Preámbulo para el Festival Gabo 2018, que se celebrará en Medellín del 3 al 5 de octubre

Los "informes privados" de Gabriel García Márquez a Guillermo Cano

La historia de las cartas que el escritor le envió al director de El Espectador entre 1955 y 1978, que revelan detalles de su trabajo como corresponsal en Europa y el trasfondo de “El coronel no tiene quien le escriba”, “El otoño del patriarca” y “Cien años de soledad”.

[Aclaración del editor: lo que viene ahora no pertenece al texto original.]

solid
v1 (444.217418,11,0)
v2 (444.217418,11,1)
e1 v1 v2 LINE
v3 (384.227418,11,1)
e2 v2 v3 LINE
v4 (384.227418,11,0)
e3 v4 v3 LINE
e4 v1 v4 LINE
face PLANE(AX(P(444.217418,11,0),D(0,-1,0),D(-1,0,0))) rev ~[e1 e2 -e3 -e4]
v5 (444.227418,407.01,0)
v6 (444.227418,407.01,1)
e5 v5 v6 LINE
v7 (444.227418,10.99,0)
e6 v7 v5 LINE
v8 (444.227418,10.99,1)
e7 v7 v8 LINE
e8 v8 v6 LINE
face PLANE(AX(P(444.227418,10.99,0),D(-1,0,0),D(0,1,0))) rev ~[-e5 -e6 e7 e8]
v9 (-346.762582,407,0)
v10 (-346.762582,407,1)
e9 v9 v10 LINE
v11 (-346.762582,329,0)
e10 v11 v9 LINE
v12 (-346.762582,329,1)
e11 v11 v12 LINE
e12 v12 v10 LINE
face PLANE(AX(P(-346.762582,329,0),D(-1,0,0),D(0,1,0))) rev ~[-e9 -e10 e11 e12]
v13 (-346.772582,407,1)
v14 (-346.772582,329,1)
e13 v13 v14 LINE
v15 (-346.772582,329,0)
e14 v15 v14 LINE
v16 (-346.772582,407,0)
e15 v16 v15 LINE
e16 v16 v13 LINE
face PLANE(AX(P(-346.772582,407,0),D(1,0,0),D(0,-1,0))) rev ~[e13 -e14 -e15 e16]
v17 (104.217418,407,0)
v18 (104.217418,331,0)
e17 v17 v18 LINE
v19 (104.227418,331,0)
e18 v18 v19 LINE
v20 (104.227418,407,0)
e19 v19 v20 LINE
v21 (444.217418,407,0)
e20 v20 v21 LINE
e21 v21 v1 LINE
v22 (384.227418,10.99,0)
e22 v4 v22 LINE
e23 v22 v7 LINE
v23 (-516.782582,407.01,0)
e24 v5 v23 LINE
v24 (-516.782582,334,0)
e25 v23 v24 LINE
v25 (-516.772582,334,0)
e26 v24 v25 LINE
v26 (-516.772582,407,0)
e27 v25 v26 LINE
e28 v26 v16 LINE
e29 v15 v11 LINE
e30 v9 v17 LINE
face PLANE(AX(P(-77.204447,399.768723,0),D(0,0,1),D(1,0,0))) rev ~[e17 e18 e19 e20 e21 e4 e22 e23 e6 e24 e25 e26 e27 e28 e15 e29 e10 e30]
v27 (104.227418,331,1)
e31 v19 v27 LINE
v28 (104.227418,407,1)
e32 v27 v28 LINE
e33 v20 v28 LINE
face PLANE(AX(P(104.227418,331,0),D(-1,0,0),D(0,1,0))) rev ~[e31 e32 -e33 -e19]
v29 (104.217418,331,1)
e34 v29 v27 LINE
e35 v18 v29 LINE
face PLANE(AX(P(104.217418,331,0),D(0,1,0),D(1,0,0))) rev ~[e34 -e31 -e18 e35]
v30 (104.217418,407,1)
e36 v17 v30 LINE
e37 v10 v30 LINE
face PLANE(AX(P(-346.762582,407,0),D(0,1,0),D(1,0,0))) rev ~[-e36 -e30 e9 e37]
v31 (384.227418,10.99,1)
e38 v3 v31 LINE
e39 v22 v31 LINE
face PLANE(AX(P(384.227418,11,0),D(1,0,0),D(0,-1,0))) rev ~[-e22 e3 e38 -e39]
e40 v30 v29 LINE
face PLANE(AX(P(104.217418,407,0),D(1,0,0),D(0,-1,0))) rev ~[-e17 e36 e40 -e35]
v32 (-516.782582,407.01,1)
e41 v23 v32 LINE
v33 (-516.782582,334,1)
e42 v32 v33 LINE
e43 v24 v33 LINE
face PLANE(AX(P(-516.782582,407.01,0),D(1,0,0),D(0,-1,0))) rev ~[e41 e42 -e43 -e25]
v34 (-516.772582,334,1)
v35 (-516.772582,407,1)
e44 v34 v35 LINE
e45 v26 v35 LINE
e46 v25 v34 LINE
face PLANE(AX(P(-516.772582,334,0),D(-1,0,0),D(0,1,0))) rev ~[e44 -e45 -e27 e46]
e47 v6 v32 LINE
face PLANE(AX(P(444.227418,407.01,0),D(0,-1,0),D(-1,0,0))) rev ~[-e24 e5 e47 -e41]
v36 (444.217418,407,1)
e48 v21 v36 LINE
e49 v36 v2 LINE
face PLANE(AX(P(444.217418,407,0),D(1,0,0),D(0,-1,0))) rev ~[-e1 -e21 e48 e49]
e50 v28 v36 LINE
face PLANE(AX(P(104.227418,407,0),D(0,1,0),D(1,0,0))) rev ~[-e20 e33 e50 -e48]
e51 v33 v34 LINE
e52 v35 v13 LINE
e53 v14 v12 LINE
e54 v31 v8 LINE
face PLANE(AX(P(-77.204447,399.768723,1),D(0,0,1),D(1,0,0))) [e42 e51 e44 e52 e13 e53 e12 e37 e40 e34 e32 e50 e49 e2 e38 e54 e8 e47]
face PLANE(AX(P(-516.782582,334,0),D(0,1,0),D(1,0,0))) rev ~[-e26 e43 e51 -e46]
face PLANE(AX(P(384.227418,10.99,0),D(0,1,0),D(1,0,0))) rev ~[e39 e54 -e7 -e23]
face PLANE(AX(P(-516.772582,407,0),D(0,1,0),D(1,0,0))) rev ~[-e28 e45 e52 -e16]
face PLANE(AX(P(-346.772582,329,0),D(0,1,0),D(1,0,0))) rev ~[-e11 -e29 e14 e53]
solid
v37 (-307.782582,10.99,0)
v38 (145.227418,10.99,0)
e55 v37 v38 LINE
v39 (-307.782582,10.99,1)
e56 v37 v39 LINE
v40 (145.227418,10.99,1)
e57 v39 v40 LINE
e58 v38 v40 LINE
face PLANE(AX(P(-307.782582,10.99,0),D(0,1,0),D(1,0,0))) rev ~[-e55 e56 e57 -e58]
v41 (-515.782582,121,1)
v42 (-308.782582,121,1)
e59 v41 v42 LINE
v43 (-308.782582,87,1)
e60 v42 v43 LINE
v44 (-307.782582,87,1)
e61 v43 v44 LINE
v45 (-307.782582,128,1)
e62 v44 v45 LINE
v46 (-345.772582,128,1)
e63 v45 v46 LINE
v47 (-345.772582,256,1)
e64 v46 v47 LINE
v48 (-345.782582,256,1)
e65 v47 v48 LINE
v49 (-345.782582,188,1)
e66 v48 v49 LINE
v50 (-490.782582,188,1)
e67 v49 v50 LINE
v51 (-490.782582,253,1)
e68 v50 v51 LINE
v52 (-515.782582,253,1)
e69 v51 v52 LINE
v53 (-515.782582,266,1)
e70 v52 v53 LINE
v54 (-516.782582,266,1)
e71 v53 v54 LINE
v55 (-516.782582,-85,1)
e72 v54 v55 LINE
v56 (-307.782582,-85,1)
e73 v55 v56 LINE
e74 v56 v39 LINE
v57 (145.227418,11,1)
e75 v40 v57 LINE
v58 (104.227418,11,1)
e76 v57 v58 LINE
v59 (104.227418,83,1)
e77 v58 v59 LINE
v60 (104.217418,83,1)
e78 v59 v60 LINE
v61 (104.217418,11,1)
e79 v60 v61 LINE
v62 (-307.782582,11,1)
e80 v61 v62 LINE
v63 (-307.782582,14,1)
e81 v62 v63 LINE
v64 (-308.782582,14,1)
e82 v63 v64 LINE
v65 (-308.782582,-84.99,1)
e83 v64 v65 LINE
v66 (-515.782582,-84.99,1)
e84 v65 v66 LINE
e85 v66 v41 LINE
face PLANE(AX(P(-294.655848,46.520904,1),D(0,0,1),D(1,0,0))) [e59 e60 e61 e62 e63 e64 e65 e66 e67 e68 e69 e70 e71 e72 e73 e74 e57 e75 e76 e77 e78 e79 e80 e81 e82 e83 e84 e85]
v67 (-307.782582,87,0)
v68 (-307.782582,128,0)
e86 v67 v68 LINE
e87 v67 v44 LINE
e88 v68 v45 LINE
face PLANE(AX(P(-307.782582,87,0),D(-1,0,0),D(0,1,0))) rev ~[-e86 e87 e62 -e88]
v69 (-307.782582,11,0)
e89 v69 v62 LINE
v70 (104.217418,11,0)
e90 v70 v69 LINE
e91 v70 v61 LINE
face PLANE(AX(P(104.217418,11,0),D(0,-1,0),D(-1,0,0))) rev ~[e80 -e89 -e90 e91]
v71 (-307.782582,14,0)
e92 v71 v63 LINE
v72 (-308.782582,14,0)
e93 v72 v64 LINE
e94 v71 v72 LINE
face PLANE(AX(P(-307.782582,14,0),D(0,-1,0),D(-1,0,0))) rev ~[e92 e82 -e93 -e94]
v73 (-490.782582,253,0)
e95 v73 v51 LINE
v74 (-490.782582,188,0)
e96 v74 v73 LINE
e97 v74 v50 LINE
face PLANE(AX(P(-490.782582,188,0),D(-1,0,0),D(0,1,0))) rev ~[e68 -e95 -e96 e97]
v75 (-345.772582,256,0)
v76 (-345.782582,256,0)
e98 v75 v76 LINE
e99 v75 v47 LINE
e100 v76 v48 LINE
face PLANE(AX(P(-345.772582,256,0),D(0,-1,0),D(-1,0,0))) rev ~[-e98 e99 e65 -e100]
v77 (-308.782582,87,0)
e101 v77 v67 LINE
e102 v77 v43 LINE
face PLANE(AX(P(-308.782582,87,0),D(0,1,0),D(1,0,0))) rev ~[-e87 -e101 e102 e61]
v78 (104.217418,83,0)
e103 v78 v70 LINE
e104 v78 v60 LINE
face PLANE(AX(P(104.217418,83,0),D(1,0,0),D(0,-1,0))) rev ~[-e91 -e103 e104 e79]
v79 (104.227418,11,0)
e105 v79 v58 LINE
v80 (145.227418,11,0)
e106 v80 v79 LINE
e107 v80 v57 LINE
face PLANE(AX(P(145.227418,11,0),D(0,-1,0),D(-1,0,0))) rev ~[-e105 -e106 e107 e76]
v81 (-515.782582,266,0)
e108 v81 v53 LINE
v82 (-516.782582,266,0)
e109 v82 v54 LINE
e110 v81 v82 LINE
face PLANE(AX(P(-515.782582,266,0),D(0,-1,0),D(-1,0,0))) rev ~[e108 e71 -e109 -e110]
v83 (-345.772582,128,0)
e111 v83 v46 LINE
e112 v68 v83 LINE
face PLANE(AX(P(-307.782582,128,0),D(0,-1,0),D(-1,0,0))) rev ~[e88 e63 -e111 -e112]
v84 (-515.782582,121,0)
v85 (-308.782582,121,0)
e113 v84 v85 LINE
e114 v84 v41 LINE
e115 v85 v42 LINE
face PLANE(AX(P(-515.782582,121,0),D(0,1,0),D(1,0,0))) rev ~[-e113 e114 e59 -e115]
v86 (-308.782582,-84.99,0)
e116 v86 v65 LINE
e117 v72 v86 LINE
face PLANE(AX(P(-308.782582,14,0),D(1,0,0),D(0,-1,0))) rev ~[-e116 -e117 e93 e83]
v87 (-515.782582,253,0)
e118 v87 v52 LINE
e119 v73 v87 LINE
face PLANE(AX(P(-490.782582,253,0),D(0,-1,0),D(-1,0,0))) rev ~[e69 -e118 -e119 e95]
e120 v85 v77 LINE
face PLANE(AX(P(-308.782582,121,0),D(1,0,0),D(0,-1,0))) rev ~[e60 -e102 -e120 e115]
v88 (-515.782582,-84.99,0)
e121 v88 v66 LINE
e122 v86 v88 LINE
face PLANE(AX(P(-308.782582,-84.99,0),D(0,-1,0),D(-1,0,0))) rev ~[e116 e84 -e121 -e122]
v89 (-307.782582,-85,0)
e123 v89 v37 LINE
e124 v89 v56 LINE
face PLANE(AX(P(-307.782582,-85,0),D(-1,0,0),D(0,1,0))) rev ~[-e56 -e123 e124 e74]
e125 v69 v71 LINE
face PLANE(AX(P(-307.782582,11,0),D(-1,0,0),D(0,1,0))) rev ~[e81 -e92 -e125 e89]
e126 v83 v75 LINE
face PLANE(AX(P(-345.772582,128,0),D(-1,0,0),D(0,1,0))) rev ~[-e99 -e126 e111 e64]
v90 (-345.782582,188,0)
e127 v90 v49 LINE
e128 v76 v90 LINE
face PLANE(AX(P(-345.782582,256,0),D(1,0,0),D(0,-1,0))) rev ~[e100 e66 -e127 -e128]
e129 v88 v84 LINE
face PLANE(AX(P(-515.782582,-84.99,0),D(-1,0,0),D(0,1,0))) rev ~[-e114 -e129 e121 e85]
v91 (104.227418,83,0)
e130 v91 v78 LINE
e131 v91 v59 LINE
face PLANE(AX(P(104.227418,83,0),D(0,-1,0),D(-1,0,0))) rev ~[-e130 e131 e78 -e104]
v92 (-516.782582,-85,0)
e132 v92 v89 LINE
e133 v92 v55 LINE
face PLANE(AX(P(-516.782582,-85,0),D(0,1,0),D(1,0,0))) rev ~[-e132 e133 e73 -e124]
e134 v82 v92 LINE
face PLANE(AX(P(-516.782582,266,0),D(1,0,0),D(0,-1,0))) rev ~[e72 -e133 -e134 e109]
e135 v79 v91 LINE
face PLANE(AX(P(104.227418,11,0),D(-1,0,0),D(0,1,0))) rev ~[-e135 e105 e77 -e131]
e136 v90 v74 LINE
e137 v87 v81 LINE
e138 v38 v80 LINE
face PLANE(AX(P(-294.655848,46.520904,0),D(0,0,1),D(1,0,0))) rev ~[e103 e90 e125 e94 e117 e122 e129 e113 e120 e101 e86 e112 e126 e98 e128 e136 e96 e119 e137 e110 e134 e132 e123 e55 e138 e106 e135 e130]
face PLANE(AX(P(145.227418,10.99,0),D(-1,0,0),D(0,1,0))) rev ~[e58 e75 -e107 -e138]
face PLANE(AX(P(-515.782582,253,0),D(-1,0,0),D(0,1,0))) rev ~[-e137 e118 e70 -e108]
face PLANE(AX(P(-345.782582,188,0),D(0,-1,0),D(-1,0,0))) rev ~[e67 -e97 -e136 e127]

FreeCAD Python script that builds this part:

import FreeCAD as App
import Part
import Sketcher

doc = App.newDocument("Part")
body = doc.addObject("PartDesign::Body", "Body")
body.AllowCompound = True

# Sketch on XY plane
sketch1 = doc.addObject("Sketcher::SketchObject", "Sketch")
body.addObject(sketch1)
sketch1.AttachmentSupport = (doc.XY_Plane, [""])
sketch1.MapMode = "FlatFace"
sketch1.addGeometry(Part.LineSegment(App.Vector(104.217418, 83, 0), App.Vector(104.217418, 11, 0)), False)
sketch1.addGeometry(Part.LineSegment(App.Vector(104.217418, 11, 0), App.Vector(-307.782582, 11, 0)), False)
sketch1.addGeometry(Part.LineSegment(App.Vector(-307.782582, 11, 0), App.Vector(-307.782582, 14, 0)), False)
sketch1.addGeometry(Part.LineSegment(App.Vector(-307.782582, 14, 0), App.Vector(-308.782582, 14, 0)), False)
sketch1.addGeometry(Part.LineSegment(App.Vector(-308.782582, 14, 0), App.Vector(-308.782582, -84.99, 0)), False)
sketch1.addGeometry(Part.LineSegment(App.Vector(-308.782582, -84.99, 0), App.Vector(-515.782582, -84.99, 0)), False)
sketch1.addGeometry(Part.LineSegment(App.Vector(-515.782582, -84.99, 0), App.Vector(-515.782582, 121, 0)), False)
sketch1.addGeometry(Part.LineSegment(App.Vector(-515.782582, 121, 0), App.Vector(-308.782582, 121, 0)), False)
sketch1.addGeometry(Part.LineSegment(App.Vector(-308.782582, 121, 0), App.Vector(-308.782582, 87, 0)), False)
sketch1.addGeometry(Part.LineSegment(App.Vector(-308.782582, 87, 0), App.Vector(-307.782582, 87, 0)), False)
sketch1.addGeometry(Part.LineSegment(App.Vector(-307.782582, 87, 0), App.Vector(-307.782582, 128, 0)), False)
sketch1.addGeometry(Part.LineSegment(App.Vector(-307.782582, 128, 0), App.Vector(-345.772582, 128, 0)), False)
sketch1.addGeometry(Part.LineSegment(App.Vector(-345.772582, 128, 0), App.Vector(-345.772582, 256, 0)), False)
sketch1.addGeometry(Part.LineSegment(App.Vector(-345.772582, 256, 0), App.Vector(-345.782582, 256, 0)), False)
sketch1.addGeometry(Part.LineSegment(App.Vector(-345.782582, 256, 0), App.Vector(-345.782582, 188, 0)), False)
sketch1.addGeometry(Part.LineSegment(App.Vector(-345.782582, 188, 0), App.Vector(-490.782582, 188, 0)), False)
sketch1.addGeometry(Part.LineSegment(App.Vector(-490.782582, 188, 0), App.Vector(-490.782582, 253, 0)), False)
sketch1.addGeometry(Part.LineSegment(App.Vector(-490.782582, 253, 0), App.Vector(-515.782582, 253, 0)), False)
sketch1.addGeometry(Part.LineSegment(App.Vector(-515.782582, 253, 0), App.Vector(-515.782582, 266, 0)), False)
sketch1.addGeometry(Part.LineSegment(App.Vector(-515.782582, 266, 0), App.Vector(-516.782582, 266, 0)), False)
sketch1.addGeometry(Part.LineSegment(App.Vector(-516.782582, 266, 0), App.Vector(-516.782582, -85, 0)), False)
sketch1.addGeometry(Part.LineSegment(App.Vector(-516.782582, -85, 0), App.Vector(-307.782582, -85, 0)), False)
sketch1.addGeometry(Part.LineSegment(App.Vector(-307.782582, -85, 0), App.Vector(-307.782582, 10.99, 0)), False)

Guillermo Cano, asesinado en 1986, y Gabriel García Márquez, fallecido en 2014. Más que amigos, eran como hermanos. / Archivo

Quien los bautizó como “informes privados” fue Gabriel García Márquez al valorar las cartas a su “amigo del alma” Guillermo Cano. Extraña tanto a su “querido Concho” que le escribe cartas dando cuenta de su vida de corresponsal en Europa, sus desventuras de novelista en ciernes y hasta sus amores y desamores. 

Las historias que revela empezaron a mediados de los años 50 del siglo pasado, cuando Gabo se fue a aventurar a Europa con la única garantía de ser “enviado especial” de El Espectador y, al poco tiempo, se enteró de que el diario fue clausurado por la dictadura de Rojas Pinilla, así que debía subsistir con un sueldo a cuentagotas y enfrentar las afugias del hambre.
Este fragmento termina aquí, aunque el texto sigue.